Stored items:
★ ★ ★ ★ ★

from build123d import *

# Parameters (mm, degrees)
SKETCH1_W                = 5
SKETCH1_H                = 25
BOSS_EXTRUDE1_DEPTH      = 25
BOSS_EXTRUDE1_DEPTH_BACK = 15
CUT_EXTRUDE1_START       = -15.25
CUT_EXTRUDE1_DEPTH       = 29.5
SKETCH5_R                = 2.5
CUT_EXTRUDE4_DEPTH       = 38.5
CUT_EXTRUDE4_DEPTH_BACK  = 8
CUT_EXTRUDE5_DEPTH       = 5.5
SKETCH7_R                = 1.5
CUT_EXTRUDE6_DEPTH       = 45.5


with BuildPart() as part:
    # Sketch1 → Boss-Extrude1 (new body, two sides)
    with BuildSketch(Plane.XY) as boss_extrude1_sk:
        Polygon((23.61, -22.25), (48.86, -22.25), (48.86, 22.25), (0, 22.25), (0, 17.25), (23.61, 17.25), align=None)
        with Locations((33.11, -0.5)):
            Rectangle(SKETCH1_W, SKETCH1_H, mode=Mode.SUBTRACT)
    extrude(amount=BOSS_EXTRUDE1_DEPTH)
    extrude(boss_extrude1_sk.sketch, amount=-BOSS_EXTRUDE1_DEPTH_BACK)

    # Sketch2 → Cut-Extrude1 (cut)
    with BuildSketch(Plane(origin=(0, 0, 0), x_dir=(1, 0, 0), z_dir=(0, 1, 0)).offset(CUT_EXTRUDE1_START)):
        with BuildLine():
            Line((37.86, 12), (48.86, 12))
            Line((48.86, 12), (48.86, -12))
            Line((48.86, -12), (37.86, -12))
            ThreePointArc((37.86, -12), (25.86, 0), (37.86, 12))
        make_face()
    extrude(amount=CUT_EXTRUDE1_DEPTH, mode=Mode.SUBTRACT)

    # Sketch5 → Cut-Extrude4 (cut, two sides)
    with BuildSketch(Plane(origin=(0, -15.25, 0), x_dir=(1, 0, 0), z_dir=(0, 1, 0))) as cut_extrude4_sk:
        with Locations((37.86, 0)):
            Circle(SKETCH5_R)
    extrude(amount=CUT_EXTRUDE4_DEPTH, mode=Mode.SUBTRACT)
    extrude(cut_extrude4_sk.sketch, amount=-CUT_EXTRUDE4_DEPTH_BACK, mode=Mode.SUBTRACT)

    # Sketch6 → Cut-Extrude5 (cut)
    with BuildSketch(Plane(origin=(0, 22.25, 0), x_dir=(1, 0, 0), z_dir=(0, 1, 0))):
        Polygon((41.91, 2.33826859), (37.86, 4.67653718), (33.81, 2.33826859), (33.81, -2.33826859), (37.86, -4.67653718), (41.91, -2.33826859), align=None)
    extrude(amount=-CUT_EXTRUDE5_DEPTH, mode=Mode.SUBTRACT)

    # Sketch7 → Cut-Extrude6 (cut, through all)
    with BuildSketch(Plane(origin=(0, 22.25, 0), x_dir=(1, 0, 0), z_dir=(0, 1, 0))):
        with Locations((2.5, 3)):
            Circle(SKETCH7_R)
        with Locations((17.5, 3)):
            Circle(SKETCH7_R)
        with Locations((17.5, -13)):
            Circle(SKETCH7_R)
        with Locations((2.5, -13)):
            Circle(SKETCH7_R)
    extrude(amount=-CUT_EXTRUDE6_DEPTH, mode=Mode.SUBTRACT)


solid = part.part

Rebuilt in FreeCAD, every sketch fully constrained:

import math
import FreeCAD as App
import Part
import Sketcher
Q = App.Units.Quantity


def add_polygon(sketch, points):
    """Adds a closed chain of lines whose ends are joined by coincident constraints."""
    first, n = sketch.GeometryCount, len(points)
    for a, b in zip(points, points[1:] + points[:1]):
        sketch.addGeometry(Part.LineSegment(App.Vector(*a, 0), App.Vector(*b, 0)), False)
    for i in range(n):
        sketch.addConstraint(Sketcher.Constraint("Coincident", first + i, 2, first + (i + 1) % n, 1))

doc = App.newDocument("Part")
body = doc.addObject("PartDesign::Body", "Body")

sketch1 = body.newObject("Sketcher::SketchObject", "Sketch")
sketch1.AttachmentSupport = (doc.getObject("XY_Plane"), [""])
sketch1.MapMode = "FlatFace"
add_polygon(sketch1, [(24, -22), (49, -22), (49, 22), (0, 22), (0, 17), (24, 17)])
add_polygon(sketch1, [(36, -13), (31, -13), (31, 12), (36, 12)])
sketch1.addConstraint(Sketcher.Constraint("Horizontal", 0))
sketch1.addConstraint(Sketcher.Constraint("Vertical", 1))
sketch1.addConstraint(Sketcher.Constraint("Horizontal", 2))
sketch1.addConstraint(Sketcher.Constraint("Vertical", 3))
sketch1.addConstraint(Sketcher.Constraint("Horizontal", 4))
sketch1.addConstraint(Sketcher.Constraint("Vertical", 5))
sketch1.addConstraint(Sketcher.Constraint("Horizontal", 6))
sketch1.addConstraint(Sketcher.Constraint("Vertical", 7))
sketch1.addConstraint(Sketcher.Constraint("Horizontal", 8))
sketch1.addConstraint(Sketcher.Constraint("Vertical", 9))
sketch1.addConstraint(Sketcher.Constraint("PointOnObject", 2, 2, -2))
sketch1.addConstraint(Sketcher.Constraint("Equal", 8, 3))
sketch1.addConstraint(Sketcher.Constraint("DistanceX", 6, 2, 6, 1, Q("5 mm")))
sketch1.addConstraint(Sketcher.Constraint("DistanceY", 7, 1, 7, 2, Q("25 mm")))
sketch1.addConstraint(Sketcher.Constraint("DistanceY", 1, 1, 1, 2, Q("44.5 mm")))
sketch1.addConstraint(Sketcher.Constraint("DistanceY", 6, 2, -1, 1, Q("13 mm")))
sketch1.addConstraint(Sketcher.Constraint("DistanceX", 5, 2, 6, 2, Q("7 mm")))
sketch1.addConstraint(Sketcher.Constraint("DistanceX", 0, 1, 0, 2, Q("25.25 mm")))
sketch1.addConstraint(Sketcher.Constraint("DistanceX", 2, 2, 2, 1, Q("48.86 mm")))
sketch1.addConstraint(Sketcher.Constraint("DistanceY", 0, 2, -1, 1, Q("22.25 mm")))
pad1 = body.newObject("PartDesign::Pad", "Pad")
pad1.Profile = sketch1
pad1.Type = "TwoLengths"
pad1.Length = 25
pad1.Length2 = 15

sketch2 = body.newObject("Sketcher::SketchObject", "Sketch001")
sketch2.AttachmentSupport = (doc.getObject("XZ_Plane"), [""])
sketch2.MapMode = "FlatFace"
sketch2.AttachmentOffset = App.Placement(App.Vector(0, 0, 15.25), App.Rotation())
sketch2.addGeometry(Part.LineSegment(App.Vector(49, -12, 0), App.Vector(38, -12, 0)), False)
sketch2.addGeometry(Part.ArcOfCircle(Part.Circle(App.Vector(38, 0, 0), App.Vector(0, 0, 1), 12), math.radians(90), math.radians(270)), False)
sketch2.addGeometry(Part.LineSegment(App.Vector(38, 12, 0), App.Vector(49, 12, 0)), False)
sketch2.addGeometry(Part.LineSegment(App.Vector(49, 12, 0), App.Vector(49, -12, 0)), False)
sketch2.addConstraint(Sketcher.Constraint("Tangent", 0, 2, 1, 2))
sketch2.addConstraint(Sketcher.Constraint("Tangent", 1, 1, 2, 1))
sketch2.addConstraint(Sketcher.Constraint("Coincident", 2, 2, 3, 1))
sketch2.addConstraint(Sketcher.Constraint("Coincident", 3, 2, 0, 1))
sketch2.addConstraint(Sketcher.Constraint("Horizontal", 0))
sketch2.addConstraint(Sketcher.Constraint("Horizontal", 2))
sketch2.addConstraint(Sketcher.Constraint("Vertical", 3))
sketch2.addConstraint(Sketcher.Constraint("PointOnObject", 1, 3, -1))
sketch2.addConstraint(Sketcher.Constraint("Radius", 1, Q("12 mm")))
sketch2.addConstraint(Sketcher.Constraint("DistanceX", 0, 2, 0, 1, Q("11 mm")))
sketch2.addConstraint(Sketcher.Constraint("DistanceX", -1, 1, 1, 3, Q("37.86 mm")))
pocket1 = body.newObject("PartDesign::Pocket", "Pocket")
pocket1.Profile = sketch2
pocket1.Length = 29.5

sketch3 = body.newObject("Sketcher::SketchObject", "Sketch002")
sketch3.AttachmentSupport = (doc.getObject("XZ_Plane"), [""])
sketch3.MapMode = "FlatFace"
sketch3.AttachmentOffset = App.Placement(App.Vector(0, 0, 15.25), App.Rotation())
sketch3.addGeometry(Part.Circle(App.Vector(37.9, 0, 0), App.Vector(0, 0, 1), 2.5), False)
sketch3.addConstraint(Sketcher.Constraint("PointOnObject", 0, 3, -1))
sketch3.addConstraint(Sketcher.Constraint("Diameter", 0, Q("5 mm")))
sketch3.addConstraint(Sketcher.Constraint("DistanceX", -1, 1, 0, 3, Q("37.86 mm")))
pocket2 = body.newObject("PartDesign::Pocket", "Pocket001")
pocket2.Profile = sketch3
pocket2.Type = "ThroughAll"
pocket2.Midplane = True

sketch4 = body.newObject("Sketcher::SketchObject", "Sketch003")
sketch4.AttachmentSupport = (doc.getObject("XZ_Plane"), [""])
sketch4.MapMode = "FlatFace"
sketch4.AttachmentOffset = App.Placement(App.Vector(0, 0, -22.25), App.Rotation())
add_polygon(sketch4, [(41.9, -2.3), (37.9, -4.7), (33.8, -2.3), (33.8, 2.3), (37.9, 4.7), (41.9, 2.3)])
sketch4.addConstraint(Sketcher.Constraint("Vertical", 2))
sketch4.addConstraint(Sketcher.Constraint("Vertical", 5))
sketch4.addConstraint(Sketcher.Constraint("Symmetric", 0, 2, 3, 2, -1))
sketch4.addConstraint(Sketcher.Constraint("Parallel", 0, 3))
sketch4.addConstraint(Sketcher.Constraint("Parallel", 1, 4))
sketch4.addConstraint(Sketcher.Constraint("Horizontal", 2, 2, 4, 2))
sketch4.addConstraint(Sketcher.Constraint("Horizontal", 1, 2, 5, 2))
sketch4.addConstraint(Sketcher.Constraint("Angle", 0, Q("-150 deg")))
sketch4.addConstraint(Sketcher.Constraint("DistanceX", 2, 2, 4, 2, Q("8.1 mm")))
sketch4.addConstraint(Sketcher.Constraint("DistanceX", -1, 1, 0, 2, Q("37.86 mm")))
sketch4.addConstraint(Sketcher.Constraint("DistanceY", 2, 1, 2, 2, Q("4.676537 mm")))
pocket3 = body.newObject("PartDesign::Pocket", "Pocket002")
pocket3.Profile = sketch4
pocket3.Length = 5.5
pocket3.Reversed = True

sketch5 = body.newObject("Sketcher::SketchObject", "Sketch004")
sketch5.AttachmentSupport = (doc.getObject("XZ_Plane"), [""])
sketch5.MapMode = "FlatFace"
sketch5.AttachmentOffset = App.Placement(App.Vector(0, 0, -22.25), App.Rotation())
sketch5.addGeometry(Part.Circle(App.Vector(2.5, -3, 0), App.Vector(0, 0, 1), 1.5), False)
sketch5.addGeometry(Part.Circle(App.Vector(17.5, -3, 0), App.Vector(0, 0, 1), 1.5), False)
sketch5.addGeometry(Part.Circle(App.Vector(17.5, 13, 0), App.Vector(0, 0, 1), 1.5), False)
sketch5.addGeometry(Part.Circle(App.Vector(2.5, 13, 0), App.Vector(0, 0, 1), 1.5), False)
sketch5.addConstraint(Sketcher.Constraint("Equal", 0, 1))
sketch5.addConstraint(Sketcher.Constraint("Equal", 1, 2))
sketch5.addConstraint(Sketcher.Constraint("Equal", 2, 3))
sketch5.addConstraint(Sketcher.Constraint("Horizontal", 0, 3, 1, 3))
sketch5.addConstraint(Sketcher.Constraint("Horizontal", 2, 3, 3, 3))
sketch5.addConstraint(Sketcher.Constraint("Vertical", 1, 3, 2, 3))
sketch5.addConstraint(Sketcher.Constraint("Vertical", 0, 3, 3, 3))
sketch5.addConstraint(Sketcher.Constraint("Diameter", 0, Q("3 mm")))
sketch5.addConstraint(Sketcher.Constraint("DistanceY", 0, 3, -1, 1, Q("3 mm")))
sketch5.addConstraint(Sketcher.Constraint("DistanceY", -1, 1, 2, 3, Q("13 mm")))
sketch5.addConstraint(Sketcher.Constraint("DistanceX", 0, 3, 1, 3, Q("15 mm")))
sketch5.addConstraint(Sketcher.Constraint("DistanceX", -1, 1, 0, 3, Q("2.5 mm")))
pocket4 = body.newObject("PartDesign::Pocket", "Pocket003")
pocket4.Profile = sketch5
pocket4.Type = "ThroughAll"
pocket4.Reversed = True

doc.recompute()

★ ★ ★ ★ ★

Problem requirements -
Without changing anything, quote the lines from the top of the data to the line that contains "# Sketch1 →", including that line.

Exercise output -
from build123d import *

# Parameters (mm, degrees)
SKETCH1_W                = 5
SKETCH1_H                = 25
BOSS_EXTRUDE1_DEPTH      = 25
BOSS_EXTRUDE1_DEPTH_BACK = 15
CUT_EXTRUDE1_START       = -15.25
CUT_EXTRUDE1_DEPTH       = 29.5
SKETCH5_R                = 2.5
CUT_EXTRUDE4_DEPTH       = 38.5
CUT_EXTRUDE4_DEPTH_BACK  = 8
CUT_EXTRUDE5_DEPTH       = 5.5
SKETCH7_R                = 1.5
CUT_EXTRUDE6_DEPTH       = 45.5


with BuildPart() as part:
    # Sketch1 → Boss-Extrude1 (new body, two sides)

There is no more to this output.